Braid: “Saving” the Princess

It used to be that when you were playing a game, you could be fairly certain that your avatar’s quest was a noble one. You were the “good guy” out to vanguish the “bad guys,” which of course you did and then everyone high-fived and watched the credits roll.

In the modern era of gaming, however, developers are increasingly moving away from such simplistic plots. Protagonists can be flawed or misguided (and if you’re playing a choice-driven game like Fable or Mass Effect, they can be baby seal-clubbingly evil, too). Narratives are becoming more complex, so naturally protagonists are following suit.

Braid is an independent downloadable game first released on XBox Live Arcade in 2008. In many ways, it’s an homage to the 2D platformers of the 8- and 16-bit eras, in particular the first Super Mario Brothers for the NES, the game that created the platformer as we know it.

Oh, I see what you did there.

But once you reach Braid’s final level, you realize it’s also a modern deconstruction of video game tropes.

Setting the Stage:

The heart of Braid’s gameplay is its time-manipulation mechanics. Like a typical sidescroller, you run, jump, and climb to collect puzzle pieces and finish the level, but you also have the ability to rewind time. Among other things, this allows you to fix any mistakes you make, such as falling into a pit. If you’ve played the modern Prince of Persia games, you’re familiar with the concept.

Some of the stages contain their own time-related quirk. For example, in one you can “record” a shadow of yourself that repeats your last action, effectively allowing you to do two things at once. Particularly brilliant is the stage in which the flow of time is linked to your place on the x-axis. Move right, and time goes forward. Move left, and it goes backwards (and in a neat touch, so does the music). Since the y-axis is unaffected, thinking about your up-and-down movement is the key to success.

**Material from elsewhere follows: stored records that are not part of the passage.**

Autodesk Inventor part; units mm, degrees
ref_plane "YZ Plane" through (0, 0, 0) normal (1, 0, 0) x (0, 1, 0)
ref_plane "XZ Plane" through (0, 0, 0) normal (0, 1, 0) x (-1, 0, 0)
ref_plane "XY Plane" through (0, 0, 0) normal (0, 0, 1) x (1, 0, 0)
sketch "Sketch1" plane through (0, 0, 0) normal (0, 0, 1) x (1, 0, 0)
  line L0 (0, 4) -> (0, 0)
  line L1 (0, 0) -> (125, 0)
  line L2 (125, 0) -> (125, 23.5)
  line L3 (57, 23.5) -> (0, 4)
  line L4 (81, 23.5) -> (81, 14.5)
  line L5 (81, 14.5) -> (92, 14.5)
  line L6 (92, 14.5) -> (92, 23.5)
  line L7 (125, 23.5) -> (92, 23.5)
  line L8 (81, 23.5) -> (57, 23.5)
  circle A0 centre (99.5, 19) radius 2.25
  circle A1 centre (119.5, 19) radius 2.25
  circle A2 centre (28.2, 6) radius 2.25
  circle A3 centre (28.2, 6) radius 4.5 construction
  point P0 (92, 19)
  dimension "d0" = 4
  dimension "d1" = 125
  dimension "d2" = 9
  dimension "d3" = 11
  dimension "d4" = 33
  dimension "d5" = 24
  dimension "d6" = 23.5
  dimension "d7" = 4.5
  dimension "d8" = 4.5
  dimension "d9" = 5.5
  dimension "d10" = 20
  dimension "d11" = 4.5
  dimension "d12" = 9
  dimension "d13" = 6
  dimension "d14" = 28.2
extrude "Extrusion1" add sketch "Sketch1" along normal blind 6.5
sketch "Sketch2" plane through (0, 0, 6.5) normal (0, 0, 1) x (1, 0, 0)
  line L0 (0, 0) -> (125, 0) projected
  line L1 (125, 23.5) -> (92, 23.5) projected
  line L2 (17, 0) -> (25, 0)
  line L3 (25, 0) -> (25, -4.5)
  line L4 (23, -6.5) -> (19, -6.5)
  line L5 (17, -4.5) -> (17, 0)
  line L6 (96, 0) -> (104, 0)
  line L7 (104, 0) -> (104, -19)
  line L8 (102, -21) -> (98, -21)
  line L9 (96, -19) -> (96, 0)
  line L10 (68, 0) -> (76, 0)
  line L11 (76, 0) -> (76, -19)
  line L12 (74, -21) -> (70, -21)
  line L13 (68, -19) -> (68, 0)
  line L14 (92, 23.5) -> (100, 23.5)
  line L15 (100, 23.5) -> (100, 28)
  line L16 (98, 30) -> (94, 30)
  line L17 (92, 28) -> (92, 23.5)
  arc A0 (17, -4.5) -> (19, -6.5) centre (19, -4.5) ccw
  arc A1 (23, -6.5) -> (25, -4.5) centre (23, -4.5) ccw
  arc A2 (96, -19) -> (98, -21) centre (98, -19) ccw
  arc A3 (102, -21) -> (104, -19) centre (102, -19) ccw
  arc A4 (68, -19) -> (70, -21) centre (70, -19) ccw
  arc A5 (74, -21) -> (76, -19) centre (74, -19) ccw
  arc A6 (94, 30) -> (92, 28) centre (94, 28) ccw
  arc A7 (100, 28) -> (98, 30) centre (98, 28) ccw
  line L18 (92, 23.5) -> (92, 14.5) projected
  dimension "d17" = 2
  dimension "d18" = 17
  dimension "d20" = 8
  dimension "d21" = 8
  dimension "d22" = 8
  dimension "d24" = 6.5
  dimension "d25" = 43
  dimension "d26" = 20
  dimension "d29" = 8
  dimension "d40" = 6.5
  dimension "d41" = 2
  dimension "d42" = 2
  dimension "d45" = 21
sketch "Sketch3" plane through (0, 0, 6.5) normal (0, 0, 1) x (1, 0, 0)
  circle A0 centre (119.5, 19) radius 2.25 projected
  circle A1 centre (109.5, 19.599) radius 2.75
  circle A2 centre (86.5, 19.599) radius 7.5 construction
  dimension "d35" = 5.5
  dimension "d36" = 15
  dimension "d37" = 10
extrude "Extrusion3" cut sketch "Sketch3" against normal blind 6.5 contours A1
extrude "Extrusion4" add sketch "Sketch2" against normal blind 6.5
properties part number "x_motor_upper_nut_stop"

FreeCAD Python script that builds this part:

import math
import FreeCAD as App
import Part
import Sketcher
from FreeCAD import Vector

doc = App.newDocument("Part")
body = doc.addObject("PartDesign::Body", "Body")

sketch1 = body.newObject("Sketcher::SketchObject", "Sketch")
sketch1.AttachmentSupport = (doc.getObject("XY_Plane"), [""])
sketch1.MapMode = "FlatFace"
sketch1.addGeometry(Part.LineSegment(Vector(57, 23.5, 0), Vector(0, 4, 0)), False)
sketch1.addGeometry(Part.LineSegment(Vector(0, 4, 0), Vector(0, 0, 0)), False)
sketch1.addGeometry(Part.LineSegment(Vector(0, 0, 0), Vector(125, 0, 0)), False)
sketch1.addGeometry(Part.LineSegment(Vector(125, 0, 0), Vector(125, 23.5, 0)), False)
sketch1.addGeometry(Part.LineSegment(Vector(125, 23.5, 0), Vector(92, 23.5, 0)), False)
sketch1.addGeometry(Part.LineSegment(Vector(92, 23.5, 0), Vector(92, 14.5, 0)), False)
sketch1.addGeometry(Part.LineSegment(Vector(92, 14.5, 0), Vector(81, 14.5, 0)), False)
sketch1.addGeometry(Part.LineSegment(Vector(81, 14.5, 0), Vector(81, 23.5, 0)), False)
sketch1.addGeometry(Part.LineSegment(Vector(81, 23.5, 0), Vector(57, 23.5, 0)), False)
sketch1.addGeometry(Part.Circle(Vector(28.2, 6, 0), Vector(0, 0, 1), 2.25), False)
sketch1.addGeometry(Part.Circle(Vector(99.5, 19, 0), Vector(0, 0, 1), 2.25), False)
sketch1.addGeometry(Part.Circle(Vector(119.5, 19, 0), Vector(0, 0, 1), 2.25), False)
sketch1.addConstraint(Sketcher.Constraint("Coincident", 0, 2, 1, 1))
sketch1.addConstraint(Sketcher.Constraint("Coincident", 1, 2, 2, 1))
sketch1.addConstraint(Sketcher.Constraint("Coincident", 2, 2, 3, 1))
sketch1.addConstraint(Sketcher.Constraint("Coincident", 3, 2, 4, 1))
sketch1.addConstraint(Sketcher.Constraint("Coincident", 4, 2, 5, 1))
sketch1.addConstraint(Sketcher.Constraint("Coincident", 5, 2, 6, 1))
sketch1.addConstraint(Sketcher.Constraint("Coincident", 6, 2, 7, 1))
sketch1.addConstraint(Sketcher.Constraint("Coincident", 7, 2, 8, 1))
sketch1.addConstraint(Sketcher.Constraint("Coincident", 8, 2, 0, 1))
sketch1.addConstraint(Sketcher.Constraint("Vertical", 1))
sketch1.addConstraint(Sketcher.Constraint("Horizontal", 2))
sketch1.addConstraint(Sketcher.Constraint("Vertical", 3))
sketch1.addConstraint(Sketcher.Constraint("Horizontal", 4))
sketch1.addConstraint(Sketcher.Constraint("Vertical", 5))
sketch1.addConstraint(Sketcher.Constraint("Horizontal", 6))
sketch1.addConstraint(Sketcher.Constraint("Vertical", 7))
sketch1.addConstraint(Sketcher.Constraint("Horizontal", 8))
sketch1.addConstraint(Sketcher.Constraint("Coincident", 1, 2, -1, 1))
sketch1.addConstraint(Sketcher.Constraint("Equal", 9, 10))
sketch1.addConstraint(Sketcher.Constraint("Equal", 10, 11))
sketch1.addConstraint(Sketcher.Constraint("Horizontal", 10, 3, 11, 3))
sketch1.addConstraint(Sketcher.Constraint("Horizontal", 4, 2, 7, 2))
sketch1.addConstraint(Sketcher.Constraint("Diameter", 9, 4.5))
sketch1.addConstraint(Sketcher.Constraint("DistanceX", 2, 1, 2, 2, 125.0))
sketch1.addConstraint(Sketcher.Constraint("DistanceX", 4, 2, 4, 1, 33.0))
sketch1.addConstraint(Sketcher.Constraint("DistanceX", 6, 2, 6, 1, 11.0))
sketch1.addConstraint(Sketcher.Constraint("DistanceX", 8, 2, 8, 1, 24.0))
sketch1.addConstraint(Sketcher.Constraint("DistanceY", 1, 2, 1, 1, 4.0))
sketch1.addConstraint(Sketcher.Constraint("DistanceY", 5, 2, 5, 1, 9.0))
sketch1.addConstraint(Sketcher.Constraint("DistanceY", 3, 1, 3, 2, 23.5))
sketch1.addConstraint(Sketcher.Constraint("DistanceY", -1, 1, 9, 3, 6.0))
sketch1.addConstraint(Sketcher.Constraint("DistanceX", 10, 3, 11, 3, 20.0))
sketch1.addConstraint(Sketcher.Constraint("DistanceX", -1, 1, 9, 3, 28.2))
sketch1.addConstraint(Sketcher.Constraint("DistanceX", 11, 3, 2, 2, 5.5))
sketch1.addConstraint(Sketcher.Constraint("DistanceY", 11, 3, 3, 2, 4.5))
pad1 = body.newObject("PartDesign::Pad", "Pad")
pad1.Profile = sketch1
pad1.Length = 6.5

sketch2 = body.newObject("Sketcher::SketchObject", "Sketch001")
sketch2.AttachmentSupport = (doc.getObject("XY_Plane"), [""])
sketch2.MapMode = "FlatFace"
sketch2.AttachmentOffset = App.Placement(Vector(0, 0, 6.5), App.Rotation())
sketch2.addGeometry(Part.Circle(Vector(109.5, 19.599, 0), Vector(0, 0, 1), 2.75), False)
sketch2.addConstraint(Sketcher.Constraint("Diameter", 0, 5.5))
sketch2.addConstraint(Sketcher.Constraint("DistanceX", -1, 1, 0, 3, 109.5))
sketch2.addConstraint(Sketcher.Constraint("DistanceY", -1, 1, 0, 3, 19.599))
pocket1 = body.newObject("PartDesign::Pocket", "Pocket")
pocket1.Profile = sketch2
pocket1.Length = 6.5

sketch3 = body.newObject("Sketcher::SketchObject", "Sketch002")
sketch3.AttachmentSupport = (doc.getObject("XY_Plane"), [""])
sketch3.MapMode = "FlatFace"
sketch3.AttachmentOffset = App.Placement(Vector(0, 0, 6.5), App.Rotation())
sketch3.addGeometry(Part.LineSegment(Vector(104, 0, 0), Vector(96, 0, 0)), False)
sketch3.addGeometry(Part.LineSegment(Vector(96, 0, 0), Vector(96, -19, 0)), False)
sketch3.addGeometry(Part.ArcOfCircle(Part.Circle(Vector(98, -19, 0), Vector(0, 0, 1), 2), math.radians(180), math.radians(270)), False)
sketch3.addGeometry(Part.LineSegment(Vector(98, -21, 0), Vector(102, -21, 0)), False)
sketch3.addGeometry(Part.ArcOfCircle(Part.Circle(Vector(102, -19, 0), Vector(0, 0, 1), 2), math.radians(-90), math.radians(0)), False)
sketch3.addGeometry(Part.LineSegment(Vector(104, -19, 0), Vector(104, 0, 0)), False)
sketch3.addGeometry(Part.LineSegment(Vector(76, 0, 0), Vector(68, 0, 0)), False)
sketch3.addGeometry(Part.LineSegment(Vector(68, 0, 0), Vector(68, -19, 0)), False)
sketch3.addGeometry(Part.ArcOfCircle(Part.Circle(Vector(70, -19, 0), Vector(0, 0, 1), 2), math.radians(180), math.radians(270)), False)
sketch3.addGeometry(Part.LineSegment(Vector(70, -21, 0), Vector(74, -21, 0)), False)
sketch3.addGeometry(Part.ArcOfCircle(Part.Circle(Vector(74, -19, 0), Vector(0, 0, 1), 2), math.radians(-90), math.radians(0)), False)
sketch3.addGeometry(Part.LineSegment(Vector(76, -19, 0), Vector(76, 0, 0)), False)
sketch3.addGeometry(Part.LineSegment(Vector(25, 0, 0), Vector(17, 0, 0)), False)
sketch3.addGeometry(Part.LineSegment(Vector(17, 0, 0), Vector(17, -4.5, 0)), False)
sketch3.addGeometry(Part.ArcOfCircle(Part.Circle(Vector(19, -4.5, 0), Vector(0, 0, 1), 2), math.radians(180), math.radians(270)), False)
sketch3.addGeometry(Part.LineSegment(Vector(19, -6.5, 0), Vector(23, -6.5, 0)), False)
sketch3.addGeometry(Part.ArcOfCircle(Part.Circle(Vector(23, -4.5, 0), Vector(0, 0, 1), 2), math.radians(-90), math.radians(0)), False)
sketch3.addGeometry(Part.LineSegment(Vector(25, -4.5, 0), Vector(25, 0, 0)), False)
sketch3.addGeometry(Part.LineSegment(Vector(92, 23.5, 0), Vector(100, 23.5, 0)), False)
sketch3.addGeometry(Part.LineSegment(Vector(100, 23.5, 0), Vector(100, 28, 0)), False)
sketch3.addGeometry(Part.ArcOfCircle(Part.Circle(Vector(98, 28, 0), Vector(0, 0, 1), 2), math.radians(0), math.radians(90)), False)
sketch3.addGeometry(Part.LineSegment(Vector(98, 30, 0), Vector(94, 30, 0)), False)
sketch3.addGeometry(Part.ArcOfCircle(Part.Circle(Vector(94, 28, 0), Vector(0, 0, 1), 2), math.radians(90), math.radians(180)), False)
sketch3.addGeometry(Part.LineSegment(Vector(92, 28, 0), Vector(92, 23.5, 0)), False)
sketch3.addConstraint(Sketcher.Constraint("Coincident", 0, 2, 1, 1))
sketch3.addConstraint(Sketcher.Constraint("Tangent", 1, 2, 2, 1))
sketch3.addConstraint(Sketcher.Constraint("Tangent", 2, 2, 3, 1))
sketch3.addConstraint(Sketcher.Constraint("Tangent", 3, 2, 4, 1))
sketch3.addConstraint(Sketcher.Constraint("Tangent", 4, 2, 5, 1))
sketch3.addConstraint(Sketcher.Constraint("Coincident", 5, 2, 0, 1))
sketch3.addConstraint(Sketcher.Constraint("Coincident", 6, 2, 7, 1))
sketch3.addConstraint(Sketcher.Constraint("Tangent", 7, 2, 8, 1))
sketch3.addConstraint(Sketcher.Constraint("Tangent", 8, 2, 9, 1))
sketch3.addConstraint(Sketcher.Constraint("Tangent", 9, 2, 10, 1))
sketch3.addConstraint(Sketcher.Constraint("Tangent", 10, 2, 11, 1))
sketch3.addConstraint(Sketcher.Constraint("Coincident", 11, 2, 6, 1))
sketch3.addConstraint(Sketcher.Constraint("Coincident", 12, 2, 13, 1))
sketch3.addConstraint(Sketcher.Constraint("Tangent", 13, 2, 14, 1))
sketch3.addConstraint(Sketcher.Constraint("Tangent", 14, 2, 15, 1))
sketch3.addConstraint(Sketcher.Constraint("Tangent", 15, 2, 16, 1))
sketch3.addConstraint(Sketcher.Constraint("Tangent", 16, 2, 17, 1))
sketch3.addConstraint(Sketcher.Constraint("Coincident", 17, 2, 12, 1))
sketch3.addConstraint(Sketcher.Constraint("Coincident", 18, 2, 19, 1))
sketch3.addConstraint(Sketcher.Constraint("Tangent", 19, 2, 20, 1))
sketch3.addConstraint(Sketcher.Constraint("Tangent", 20, 2, 21, 1))
sketch3.addConstraint(Sketcher.Constraint("Tangent", 21, 2, 22, 1))
sketch3.addConstraint(Sketcher.Constraint("Tangent", 22, 2, 23, 1))
sketch3.addConstraint(Sketcher.Constraint("Coincident", 23, 2, 18, 1))
sketch3.addConstraint(Sketcher.Constraint("Horizontal", 0))
sketch3.addConstraint(Sketcher.Constraint("Vertical", 1))
sketch3.addConstraint(Sketcher.Constraint("Horizontal", 3))
sketch3.addConstraint(Sketcher.Constraint("Vertical", 5))
sketch3.addConstraint(Sketcher.Constraint("Horizontal", 6))
sketch3.addConstraint(Sketcher.Constraint("Vertical", 7))
sketch3.addConstraint(Sketcher.Constraint("Horizontal", 9))
sketch3.addConstraint(Sketcher.Constraint("Vertical", 11))
sketch3.addConstraint(Sketcher.Constraint("Horizontal", 12))
sketch3.addConstraint(Sketcher.Constraint("Vertical", 13))
sketch3.addConstraint(Sketcher.Constraint("Horizontal", 15))
sketch3.addConstraint(Sketcher.Constraint("Vertical", 17))
sketch3.addConstraint(Sketcher.Constraint("Horizontal", 18))
sketch3.addConstraint(Sketcher.Constraint("Vertical", 19))
sketch3.addConstraint(Sketcher.Constraint("Horizontal", 21))
sketch3.addConstraint(Sketcher.Constraint("Vertical", 23))
sketch3.addConstraint(Sketcher.Constraint("Equal", 2, 4))
sketch3.addConstraint(Sketcher.Constraint("Equal", 4, 8))
sketch3.addConstraint(Sketcher.Constraint("Equal", 8, 10))
sketch3.addConstraint(Sketcher.Constraint("Equal", 10, 14))
sketch3.addConstraint(Sketcher.Constraint("Equal", 14, 16))
sketch3.addConstraint(Sketcher.Constraint("Equal", 16, 20))
sketch3.addConstraint(Sketcher.Constraint("Equal", 20, 22))
sketch3.addConstraint(Sketcher.Constraint("PointOnObject", 0, 2, -1))
sketch3.addConstraint(Sketcher.Constraint("PointOnObject", 6, 2, -1))
sketch3.addConstraint(Sketcher.Constraint("PointOnObject", 12, 2, -1))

Also important: dressing snazzy.

Plotwise, the game appears at first to be quite straight-forward: you play Tim, who is on a quest to reach his beloved princess. Simple. Sure, the first stage is mysterously labeled “World 2,” but surely that doesn’t mean anything, right?

The Scene:

Tim has finally reached the last stage, oddly called World 1. His goal is to save the princess from a big, burly knight (looking awfully Donkey Kong-ish by design) who boasts “I’ve got you!”. Jumping out of her captor’s arms, the princess shouts “Help!” and she and Tim, who are on different horizontal planes, dash towards the right of the screen, where the paths intersect and they can finally be together. As Tim makes it to the porch outside the princess’ room, the only option the player has is to press the button that rewinds time, and the scene plays in reverse… or does it?

(The scene ends around 4:35 of the clip, although if you watch till the end you see another Mario reference, with the flag-raising and the castle.)

Slowly, you realize that the event played backwards tells a different tale, a darker tale, one suited for 2008 rather than 1985. Those switches the two were hitting to help each other progress? Now they’re trying to stop each other, with the other escaping just in time. And now, the princess approaches the knight, shouts “Help!” and jumps into his arms. He declares “I’ve got you!” and the two ascend the rope they descended from the first time.

So it turns out your perception of time was reversed (notice how the first time, the cannonballs go back into the cannon, and the chandelier puts itself back together). Tim wasn’t saving the princess from the knight, the knight was saving her from Tim, who evidently had been leering outside her window like a creepy stalker. In short, the bad guy is you.

This scene blew my mind the first time I saw it. As a lifelong gamer, it’s not often that I’m taken off-guard, but I genuinely didn’t see this twist coming. I also appreciate that the game doesn’t beat you over the head with it, but rather lets the player piece the truth together on their own. In fact, creator Jonathan Blow has stated that he designed the game to be open to interpretation. (As you may have deduced from some of the “books” Tim read in the clip, one of these is that the game is about the creation of the atomic bomb.)

Also, as I’ve been alluding to, this scene turns the standard Mario formula on its head. For one thing, it gives the damsel-in-distress a much more active role, asking “What if the princess doesn’t love you back?”. For another, I off-handedly mentioned in my Bioshock entry that we’ve been trained since that first Mario platformer to run to the right of the screen, because that’s where the goal is. With the exception of multi-level stages, that rule has generally held true for 2D games. Braid plays with this convention by making the “true” scene the one in which you run… left.